Appearing to exploit her experience could backfire, he warned.

Moreover, however sympathetic to Ms. Maynard and her family, opponents of what they call “physician-assisted suicide” will hardly evaporate. The American Medical Association and its state affiliates still regularly fight legalization attempts (though the American Public Health Association supports them), along with Catholic archdioceses and some Protestant evangelicals and disability groups. A Vatican official condemned Ms. Maynard’s act as “reprehensible.”

But Compassion and Choices says the landscape may be shifting. Legislators in Colorado, California, Nevada and New Hampshire have contacted the organization, Mr. MacIntyre said. In Pennsylvania, an aid-in-dying bill was pending in the State Senate; a Statehouse companion was suddenly introduced as well. Editorial columns last month in The Los Angeles Times and The Sacramento Bee called for California to revive aid-in-dying legislation.

Kathryn Tucker, the former legal director for Compassion and Choices and a lawyer representing aid-in-dying plaintiffs in New Mexico, predicted that doctors and patients would also bring suits in several other states and that Ms. Maynard’s story would have impact. “It galvanizes public opinion, which can change how legislators see the issue,” she said. “I think it influences courts, too.”

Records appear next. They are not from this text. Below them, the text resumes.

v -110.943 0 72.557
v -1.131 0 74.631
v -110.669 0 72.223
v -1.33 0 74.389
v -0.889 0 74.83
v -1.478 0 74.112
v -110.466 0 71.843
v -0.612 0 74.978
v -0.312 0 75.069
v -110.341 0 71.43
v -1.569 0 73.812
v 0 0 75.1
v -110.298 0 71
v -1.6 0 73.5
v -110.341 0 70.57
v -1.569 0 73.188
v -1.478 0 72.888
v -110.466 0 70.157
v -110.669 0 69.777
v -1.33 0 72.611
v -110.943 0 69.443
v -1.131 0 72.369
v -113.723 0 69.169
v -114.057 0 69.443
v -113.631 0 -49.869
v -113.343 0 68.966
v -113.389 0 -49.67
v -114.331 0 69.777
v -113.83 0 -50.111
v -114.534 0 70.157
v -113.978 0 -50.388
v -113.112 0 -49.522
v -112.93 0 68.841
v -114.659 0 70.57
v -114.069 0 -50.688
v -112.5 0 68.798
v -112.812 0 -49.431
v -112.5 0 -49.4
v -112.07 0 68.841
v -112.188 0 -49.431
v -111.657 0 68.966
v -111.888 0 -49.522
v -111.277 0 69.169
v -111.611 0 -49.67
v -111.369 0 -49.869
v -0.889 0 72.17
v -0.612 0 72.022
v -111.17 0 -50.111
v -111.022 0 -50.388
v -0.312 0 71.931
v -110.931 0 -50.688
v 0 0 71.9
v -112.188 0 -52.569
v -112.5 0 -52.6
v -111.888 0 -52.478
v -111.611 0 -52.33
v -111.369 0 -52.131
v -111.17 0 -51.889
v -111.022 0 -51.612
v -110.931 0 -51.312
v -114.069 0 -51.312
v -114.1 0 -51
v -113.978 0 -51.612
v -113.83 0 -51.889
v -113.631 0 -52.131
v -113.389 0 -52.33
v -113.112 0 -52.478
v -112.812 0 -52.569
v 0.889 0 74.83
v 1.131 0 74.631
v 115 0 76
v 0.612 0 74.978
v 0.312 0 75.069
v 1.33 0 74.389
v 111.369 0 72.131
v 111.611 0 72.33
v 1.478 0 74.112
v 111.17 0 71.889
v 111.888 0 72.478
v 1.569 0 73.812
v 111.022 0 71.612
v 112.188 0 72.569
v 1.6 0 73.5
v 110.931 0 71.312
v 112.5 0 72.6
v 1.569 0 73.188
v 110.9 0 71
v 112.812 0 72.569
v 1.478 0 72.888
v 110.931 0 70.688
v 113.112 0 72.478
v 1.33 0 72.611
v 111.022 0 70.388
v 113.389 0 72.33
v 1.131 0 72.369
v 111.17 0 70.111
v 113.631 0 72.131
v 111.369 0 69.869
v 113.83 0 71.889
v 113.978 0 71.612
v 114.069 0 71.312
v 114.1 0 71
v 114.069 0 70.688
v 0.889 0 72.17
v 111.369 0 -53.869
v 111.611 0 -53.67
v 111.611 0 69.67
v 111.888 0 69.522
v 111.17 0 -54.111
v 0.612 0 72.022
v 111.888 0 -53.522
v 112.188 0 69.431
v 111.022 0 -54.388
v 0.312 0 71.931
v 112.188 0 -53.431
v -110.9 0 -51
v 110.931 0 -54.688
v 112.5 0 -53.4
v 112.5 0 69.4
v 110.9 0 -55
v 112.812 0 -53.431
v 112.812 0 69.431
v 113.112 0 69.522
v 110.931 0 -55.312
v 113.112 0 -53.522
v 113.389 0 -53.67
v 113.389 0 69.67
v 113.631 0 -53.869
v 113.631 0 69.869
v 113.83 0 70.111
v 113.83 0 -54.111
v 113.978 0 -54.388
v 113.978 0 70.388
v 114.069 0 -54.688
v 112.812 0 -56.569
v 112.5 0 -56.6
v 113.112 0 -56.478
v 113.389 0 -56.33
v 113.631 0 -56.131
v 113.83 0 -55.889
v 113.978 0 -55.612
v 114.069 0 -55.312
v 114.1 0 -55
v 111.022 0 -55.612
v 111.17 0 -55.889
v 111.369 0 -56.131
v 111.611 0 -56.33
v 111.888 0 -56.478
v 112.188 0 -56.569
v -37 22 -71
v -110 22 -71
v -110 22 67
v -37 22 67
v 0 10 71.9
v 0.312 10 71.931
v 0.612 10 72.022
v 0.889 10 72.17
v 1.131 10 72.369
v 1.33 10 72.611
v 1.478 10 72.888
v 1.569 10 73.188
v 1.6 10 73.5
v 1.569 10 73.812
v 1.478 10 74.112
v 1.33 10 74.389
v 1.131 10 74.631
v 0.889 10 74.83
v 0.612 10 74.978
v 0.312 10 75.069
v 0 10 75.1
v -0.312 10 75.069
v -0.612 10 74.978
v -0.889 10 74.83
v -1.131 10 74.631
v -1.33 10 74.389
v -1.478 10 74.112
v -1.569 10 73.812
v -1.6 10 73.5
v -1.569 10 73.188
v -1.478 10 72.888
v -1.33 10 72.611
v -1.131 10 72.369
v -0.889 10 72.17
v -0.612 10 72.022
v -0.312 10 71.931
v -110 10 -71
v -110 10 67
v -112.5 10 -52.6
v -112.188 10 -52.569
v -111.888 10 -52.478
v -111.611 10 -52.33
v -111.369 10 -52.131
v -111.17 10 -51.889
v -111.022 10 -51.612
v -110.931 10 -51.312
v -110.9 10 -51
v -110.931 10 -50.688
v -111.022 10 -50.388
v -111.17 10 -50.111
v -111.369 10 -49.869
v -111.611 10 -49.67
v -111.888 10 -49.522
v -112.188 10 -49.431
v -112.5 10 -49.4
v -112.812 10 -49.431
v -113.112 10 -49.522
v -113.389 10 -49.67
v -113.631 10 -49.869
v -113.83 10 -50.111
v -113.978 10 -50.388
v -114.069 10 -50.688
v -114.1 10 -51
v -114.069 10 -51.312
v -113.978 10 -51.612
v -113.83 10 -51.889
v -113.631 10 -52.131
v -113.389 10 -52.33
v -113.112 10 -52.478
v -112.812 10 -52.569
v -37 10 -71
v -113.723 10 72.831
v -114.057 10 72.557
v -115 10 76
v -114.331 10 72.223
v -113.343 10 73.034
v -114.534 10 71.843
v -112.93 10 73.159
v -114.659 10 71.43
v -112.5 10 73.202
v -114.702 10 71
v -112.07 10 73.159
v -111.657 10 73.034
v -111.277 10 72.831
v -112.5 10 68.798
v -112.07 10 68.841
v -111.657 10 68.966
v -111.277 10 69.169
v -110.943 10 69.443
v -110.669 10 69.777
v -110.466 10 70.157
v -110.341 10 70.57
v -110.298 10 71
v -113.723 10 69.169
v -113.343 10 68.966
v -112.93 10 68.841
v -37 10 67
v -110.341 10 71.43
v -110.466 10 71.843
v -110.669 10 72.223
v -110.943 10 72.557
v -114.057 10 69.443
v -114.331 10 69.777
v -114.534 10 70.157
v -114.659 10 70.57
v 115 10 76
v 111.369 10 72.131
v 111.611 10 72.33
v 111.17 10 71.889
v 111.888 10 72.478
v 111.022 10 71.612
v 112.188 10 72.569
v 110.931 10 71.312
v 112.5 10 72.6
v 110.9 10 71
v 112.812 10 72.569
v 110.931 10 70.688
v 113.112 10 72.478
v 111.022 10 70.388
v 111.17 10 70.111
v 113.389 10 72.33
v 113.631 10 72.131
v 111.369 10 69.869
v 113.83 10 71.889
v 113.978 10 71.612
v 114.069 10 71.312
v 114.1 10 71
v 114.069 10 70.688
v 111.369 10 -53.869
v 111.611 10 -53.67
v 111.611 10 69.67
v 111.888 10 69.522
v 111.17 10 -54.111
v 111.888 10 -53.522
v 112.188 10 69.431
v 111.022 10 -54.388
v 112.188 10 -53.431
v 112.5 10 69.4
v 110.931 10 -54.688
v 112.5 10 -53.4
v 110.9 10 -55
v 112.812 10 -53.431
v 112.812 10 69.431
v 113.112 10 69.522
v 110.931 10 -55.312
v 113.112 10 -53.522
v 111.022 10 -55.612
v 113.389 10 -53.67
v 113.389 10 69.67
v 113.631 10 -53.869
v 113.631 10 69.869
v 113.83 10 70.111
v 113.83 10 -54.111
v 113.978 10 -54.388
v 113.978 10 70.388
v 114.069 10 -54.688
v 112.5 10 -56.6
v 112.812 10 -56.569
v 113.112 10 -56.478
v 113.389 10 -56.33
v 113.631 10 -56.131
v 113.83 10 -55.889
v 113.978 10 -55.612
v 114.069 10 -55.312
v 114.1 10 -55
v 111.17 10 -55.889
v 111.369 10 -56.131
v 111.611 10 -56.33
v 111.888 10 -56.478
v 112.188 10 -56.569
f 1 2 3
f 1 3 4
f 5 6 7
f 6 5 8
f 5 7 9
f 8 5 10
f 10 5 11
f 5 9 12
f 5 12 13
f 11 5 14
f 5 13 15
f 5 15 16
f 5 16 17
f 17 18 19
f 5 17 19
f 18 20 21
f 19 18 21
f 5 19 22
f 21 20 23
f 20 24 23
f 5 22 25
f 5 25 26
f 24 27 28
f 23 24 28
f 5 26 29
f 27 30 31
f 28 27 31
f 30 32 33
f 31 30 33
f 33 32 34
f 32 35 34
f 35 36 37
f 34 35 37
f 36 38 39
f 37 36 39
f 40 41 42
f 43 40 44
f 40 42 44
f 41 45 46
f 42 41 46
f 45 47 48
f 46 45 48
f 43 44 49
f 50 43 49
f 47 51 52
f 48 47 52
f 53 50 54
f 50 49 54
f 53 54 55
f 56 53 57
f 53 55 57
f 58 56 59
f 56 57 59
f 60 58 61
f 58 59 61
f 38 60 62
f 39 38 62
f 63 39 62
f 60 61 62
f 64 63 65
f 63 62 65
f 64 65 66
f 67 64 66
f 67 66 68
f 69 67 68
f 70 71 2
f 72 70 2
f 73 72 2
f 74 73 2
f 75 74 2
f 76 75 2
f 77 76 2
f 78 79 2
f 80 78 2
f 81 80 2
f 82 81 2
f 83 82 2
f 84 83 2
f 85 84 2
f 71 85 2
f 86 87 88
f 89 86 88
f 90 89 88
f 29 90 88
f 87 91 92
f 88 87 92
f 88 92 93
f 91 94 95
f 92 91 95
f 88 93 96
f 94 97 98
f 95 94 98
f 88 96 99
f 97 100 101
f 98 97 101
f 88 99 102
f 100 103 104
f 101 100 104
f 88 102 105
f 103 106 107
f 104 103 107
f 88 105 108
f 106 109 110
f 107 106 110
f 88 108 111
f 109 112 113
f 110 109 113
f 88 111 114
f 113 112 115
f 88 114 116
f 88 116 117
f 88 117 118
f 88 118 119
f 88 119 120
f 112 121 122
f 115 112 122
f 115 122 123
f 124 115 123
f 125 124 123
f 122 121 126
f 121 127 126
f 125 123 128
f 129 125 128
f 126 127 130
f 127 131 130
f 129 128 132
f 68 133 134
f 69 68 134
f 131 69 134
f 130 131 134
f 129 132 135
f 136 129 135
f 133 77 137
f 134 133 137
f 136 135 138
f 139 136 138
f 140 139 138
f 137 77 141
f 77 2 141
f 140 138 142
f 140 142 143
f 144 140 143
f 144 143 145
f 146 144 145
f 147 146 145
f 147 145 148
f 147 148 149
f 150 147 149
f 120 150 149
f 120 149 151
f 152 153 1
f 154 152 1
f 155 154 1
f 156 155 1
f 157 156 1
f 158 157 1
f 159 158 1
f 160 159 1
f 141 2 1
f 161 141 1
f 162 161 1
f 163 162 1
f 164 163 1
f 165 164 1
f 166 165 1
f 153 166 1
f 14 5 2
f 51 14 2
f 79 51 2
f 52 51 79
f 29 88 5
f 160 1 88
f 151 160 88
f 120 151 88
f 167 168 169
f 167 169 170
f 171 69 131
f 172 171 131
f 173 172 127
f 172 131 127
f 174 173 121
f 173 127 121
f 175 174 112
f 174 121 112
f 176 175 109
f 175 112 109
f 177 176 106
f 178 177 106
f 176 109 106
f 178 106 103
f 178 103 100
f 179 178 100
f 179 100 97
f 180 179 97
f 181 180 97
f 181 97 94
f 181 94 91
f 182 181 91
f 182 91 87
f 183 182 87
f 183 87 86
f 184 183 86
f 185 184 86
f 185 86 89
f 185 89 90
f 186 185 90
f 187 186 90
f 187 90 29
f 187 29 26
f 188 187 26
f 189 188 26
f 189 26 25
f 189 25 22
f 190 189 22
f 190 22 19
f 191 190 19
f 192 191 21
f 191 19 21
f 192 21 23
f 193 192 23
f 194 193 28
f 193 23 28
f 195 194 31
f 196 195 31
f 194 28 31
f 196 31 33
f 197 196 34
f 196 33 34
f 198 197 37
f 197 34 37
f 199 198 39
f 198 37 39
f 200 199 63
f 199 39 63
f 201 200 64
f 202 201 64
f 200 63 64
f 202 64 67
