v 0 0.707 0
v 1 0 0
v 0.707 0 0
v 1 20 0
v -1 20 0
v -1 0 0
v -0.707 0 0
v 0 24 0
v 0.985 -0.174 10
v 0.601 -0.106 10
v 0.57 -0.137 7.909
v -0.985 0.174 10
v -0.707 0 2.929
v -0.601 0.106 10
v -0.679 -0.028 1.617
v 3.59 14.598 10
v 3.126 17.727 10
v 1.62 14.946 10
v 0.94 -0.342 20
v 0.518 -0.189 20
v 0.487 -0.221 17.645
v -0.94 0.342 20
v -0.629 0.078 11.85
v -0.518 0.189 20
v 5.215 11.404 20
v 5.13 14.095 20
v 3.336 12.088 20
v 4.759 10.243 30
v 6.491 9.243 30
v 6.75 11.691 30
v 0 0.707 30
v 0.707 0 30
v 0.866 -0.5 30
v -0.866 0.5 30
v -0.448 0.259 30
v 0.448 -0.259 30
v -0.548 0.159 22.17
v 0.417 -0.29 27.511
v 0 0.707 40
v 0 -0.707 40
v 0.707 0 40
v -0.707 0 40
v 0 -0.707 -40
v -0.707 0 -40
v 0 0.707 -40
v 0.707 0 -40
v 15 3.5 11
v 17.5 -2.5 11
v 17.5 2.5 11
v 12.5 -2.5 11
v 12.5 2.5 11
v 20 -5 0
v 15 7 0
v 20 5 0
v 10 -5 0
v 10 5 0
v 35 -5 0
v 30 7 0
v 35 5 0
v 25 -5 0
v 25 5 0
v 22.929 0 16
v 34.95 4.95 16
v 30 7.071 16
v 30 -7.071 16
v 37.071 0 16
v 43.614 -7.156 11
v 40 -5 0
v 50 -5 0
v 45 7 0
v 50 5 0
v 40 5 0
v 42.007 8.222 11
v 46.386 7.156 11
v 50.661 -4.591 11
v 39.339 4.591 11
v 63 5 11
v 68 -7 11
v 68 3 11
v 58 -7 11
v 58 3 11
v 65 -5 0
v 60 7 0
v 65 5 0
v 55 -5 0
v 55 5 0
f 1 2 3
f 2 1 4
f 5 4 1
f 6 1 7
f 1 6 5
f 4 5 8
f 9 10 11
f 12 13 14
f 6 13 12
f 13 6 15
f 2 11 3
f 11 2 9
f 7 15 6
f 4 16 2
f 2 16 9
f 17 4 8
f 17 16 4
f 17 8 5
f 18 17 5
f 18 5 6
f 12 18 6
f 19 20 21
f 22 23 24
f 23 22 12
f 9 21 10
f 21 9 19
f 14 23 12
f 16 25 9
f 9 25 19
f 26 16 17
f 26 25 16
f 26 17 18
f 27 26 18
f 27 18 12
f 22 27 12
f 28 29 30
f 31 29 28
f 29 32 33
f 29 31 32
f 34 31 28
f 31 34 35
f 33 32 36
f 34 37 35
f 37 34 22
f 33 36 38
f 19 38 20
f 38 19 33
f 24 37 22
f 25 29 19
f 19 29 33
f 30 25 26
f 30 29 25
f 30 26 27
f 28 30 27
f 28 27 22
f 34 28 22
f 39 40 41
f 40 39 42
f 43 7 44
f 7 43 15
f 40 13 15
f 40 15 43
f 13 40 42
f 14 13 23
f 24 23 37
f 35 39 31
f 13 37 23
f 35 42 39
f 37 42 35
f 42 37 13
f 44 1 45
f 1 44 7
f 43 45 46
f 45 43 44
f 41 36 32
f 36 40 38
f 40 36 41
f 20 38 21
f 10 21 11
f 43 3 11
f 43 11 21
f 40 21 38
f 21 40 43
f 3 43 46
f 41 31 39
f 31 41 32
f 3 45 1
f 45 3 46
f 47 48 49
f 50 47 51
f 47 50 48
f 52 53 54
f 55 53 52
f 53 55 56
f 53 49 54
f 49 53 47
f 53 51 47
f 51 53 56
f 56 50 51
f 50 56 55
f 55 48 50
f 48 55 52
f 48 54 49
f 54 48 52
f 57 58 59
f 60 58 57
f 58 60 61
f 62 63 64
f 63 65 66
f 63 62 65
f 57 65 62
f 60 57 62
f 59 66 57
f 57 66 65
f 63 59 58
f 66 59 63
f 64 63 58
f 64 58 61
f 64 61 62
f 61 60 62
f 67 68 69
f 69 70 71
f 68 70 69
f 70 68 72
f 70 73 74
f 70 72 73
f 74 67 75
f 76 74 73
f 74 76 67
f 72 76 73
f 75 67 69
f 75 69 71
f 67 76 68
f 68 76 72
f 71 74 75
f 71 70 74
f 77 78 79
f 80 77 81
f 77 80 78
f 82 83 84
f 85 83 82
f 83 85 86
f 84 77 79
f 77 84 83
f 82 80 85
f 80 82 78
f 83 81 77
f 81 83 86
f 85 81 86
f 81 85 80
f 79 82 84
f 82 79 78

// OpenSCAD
//# Copyright (C) 2017 Robert Marchese
//
// An alternative to the standard linear extrusion operation.
//
// A list of 2D coordinates is transformed by the given parametes 
// and moved to the z=h plane. The original and transformed set of 
// points are used to generate a polyhedron.
//
// This program is available under the Creative Commons 
// Attribution-ShareAlike License; additional terms may apply. 
// 
// References:
// https://en.wikipedia.org/wiki/Transformation_matrix#Affine_transformations
// https://en.wikibooks.org/wiki/OpenSCAD_User_Manual/Primitive_Solids#polyhedron
//

// Examples
// Test points form a little house shape centered on [0,0]
points = [[-5,-5],[5,-5],[5,5],[0,7],[-5,5]];


//translate([-15,0,0]) polygon(points);

// height 10, no other transforms
//alt_extrude(points, 10);
stretch (
    points,
    transform_matrix(0, 0, [.2,2],[0,5]),
    transform_matrix(10, -10, [.2,1.5], [0,5]));
stretch (
    points,
    transform_matrix(10, -10, [.2,1.5], [0,5]),
    transform_matrix(20, -20, [.2,1.25], [0,5]));
stretch (
    points,
    transform_matrix(20, -20, [.2,1.25], [0,5]),
    transform_matrix(30, -30, [.2,1.125], [0,5]));
rotate([0,0,45]) translate([0,-0,0]) cube([1,1,80], center=true);

// height 10, top surface scaled to half size
translate([15,0,0]) alt_extrude(points, 10, 0, [.5,.5]);

// height 15, rotated 45 deg counter clockwise
translate([30,0,0]) alt_extrude(points, 15, -45, [1, 1]);

// height 10, rotated 20 deg and scaled 75% in X, 125% in Y
translate([45,0,0]) alt_extrude(points, 10, 20, [.75,1.25]);

// height 10, skewed left x=3 and down 2
translate([60,0,0]) alt_extrude(points, 10, 0, [1,1], [3,-2]);
// Examples
//

// Dot product of two vectors of length 3.
function dot(a, b) = a[0]*b[0]+a[1]*b[1]+a[2]*b[2];

// Generates a transfrom matrix from the given paramers
// h - the Z-axis value the polygon is moved to
// a - rotation angle
// s - scale factors, a vector [Sx, Sy]
// t - translation value, a vector [Tx, amd Ty]
// Returns a 3x3 matrix for the Rotation, Scale and 
// Translation (in that order)
/*
function transform_matrix(h=0, a=0, s=[1,1], t=[0,0]) = 
    [[s[0]*cos(a), -s[1]*sin(a), t[0]],
     [s[0]*sin(a),  s[1]*cos(a), t[1]],
     [          0,            0, h]];
*/
function transform_matrix(h=0, a=0, s=[1,1], t=[0,0]) =
    [[s[0]*cos(a), -s[1]*sin(a), t[0]*s[0]*cos(a)-t[1]*s[1]*sin(a)],
     [s[0]*sin(a),  s[1]*cos(a), t[0]*s[0]*sin(a)+t[1]*s[1]*cos(a)],
     [          0,            0, h]];

// Stiches together two sets of 2D polygon points seperated to for a 
// polyhedron. The two sets of points are generated by extending the
// original set into 3D (by adding a 3D coordinate, Z=1) and then
// transforming them with the two matricies, m0 and m1. 
module stretch(p2d, m0, m1) {
    n = len(p2d);

    p = [ for(i=[0:n-1]) [p2d[i][0], p2d[i][1], 1] ];

    p0 = [for(i=[0:n-1]) [dot(p[i],m0[0]), dot(p[i],m0[1]), dot(p[i],m0[2])] ];
    p1 = [for(i=[0:n-1]) [dot(p[i],m1[0]), dot(p[i],m1[1]), dot(p[i],m1[2])] ];

    bottom = [[for(i=[0:n-1]) i]];
    top    = [[for(i=[2*n-1:-1:n]) i%(2*n)]];
    sides  = [ for (i=[0:n-1]) [(0+i)%n+n,(1+i)%n+n,(1+i)%n,(0+i)%n]];
    all_faces = concat(bottom, top, sides);

    polyhedron(concat(p0, p1), all_faces);
}


// Form a polygon from the points p. The bottom surfaces is
// and n-gon defined by p while the top surface is generated
// from these by applying transforms given in the parameters
// 
//  p - The set of points forming the base of the polyhedron
//  h - The height of the polyhedron
//  ang-Rotation of the top surface around [0,0]
//  s - A vector length 2 defining the scale factors for x and Y
//  t - A vector defining the translation distance. Note, this
//      transform is applied after all of the others.
//
module alt_extrude(p, h=1, ang=0, s=[1,1], t=[0,0]) {
    stretch (
        p,
        transform_matrix(),
        transform_matrix(h+1, ang, s, t));
/*
    n = len(p);

    // Generate the transform matrix for top surface. Could be
    // 2x2, but the last column defines a skew tanslation. 
    M =[[s[0]*cos(ang), -s[1]*sin(ang), t[0]],
        [s[0]*sin(ang),  s[1]*cos(ang), t[1]],
        [            0,              0, 1]];

    // Extend coords for bottom to 3D, using z=1 (see Affine
    // Transforms reference above)
    p0 = [ for(i=[0:n-1]) [p[i][0], p[i][1], 1] ];

    // Apply transform matrix to x and y values of p0. Z value is
    // overwritten since it would be ignored for this 2D transform
    // and it is convenient to do it here.
    p1 = [for(i=[0:n-1]) [dot(p0[i],M[0]), dot(p0[i],M[1]), h+1] ];

    // Each faces is defined by a list of vertcies taken from
    // p0 and p1. The top and bottoms are all the p0 and p1
    // taken in clockwise order when looking at the final polyhedron
    // from outside. The others are two points from p0 and the 
    // corresponding 2 from p1.
    bottom = [[for(i=[0:n-1]) i]];
    top   = [[for(i=[2*n-1:-1:n]) i%(2*n)]];
    sides = [ for (i=[0:n-1]) [(0+i)%n+n,(1+i)%n+n,(1+i)%n,(0+i)%n]];
    all_faces = concat(bottom, top, sides);

    // Generate the polyhedron and translate down 1 unit to compensate
    // for offset used to expand 2D points into 3D
    translate([0,0,-1]) polyhedron(concat(p0, p1), all_faces);
*/
}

Of course, most people who avail themselves of lethal medication from doctors, even where that’s legal, are not like Brittany Maynard. In Oregon, which keeps careful records on the 1,173 “participants” who received prescriptions from 1998 through last year and the 752 who used the medication to die, a majority (69 percent) are over age 65.

But youth — Ms. Maynard said farewell via Facebook — was part of what made this public crusade so gripping. “When you add a face, a compelling face, an interesting story, a young family, people get much more engaged,” Ms. Sandeen said. “I think we’ll see vocal groups working to push this forward.”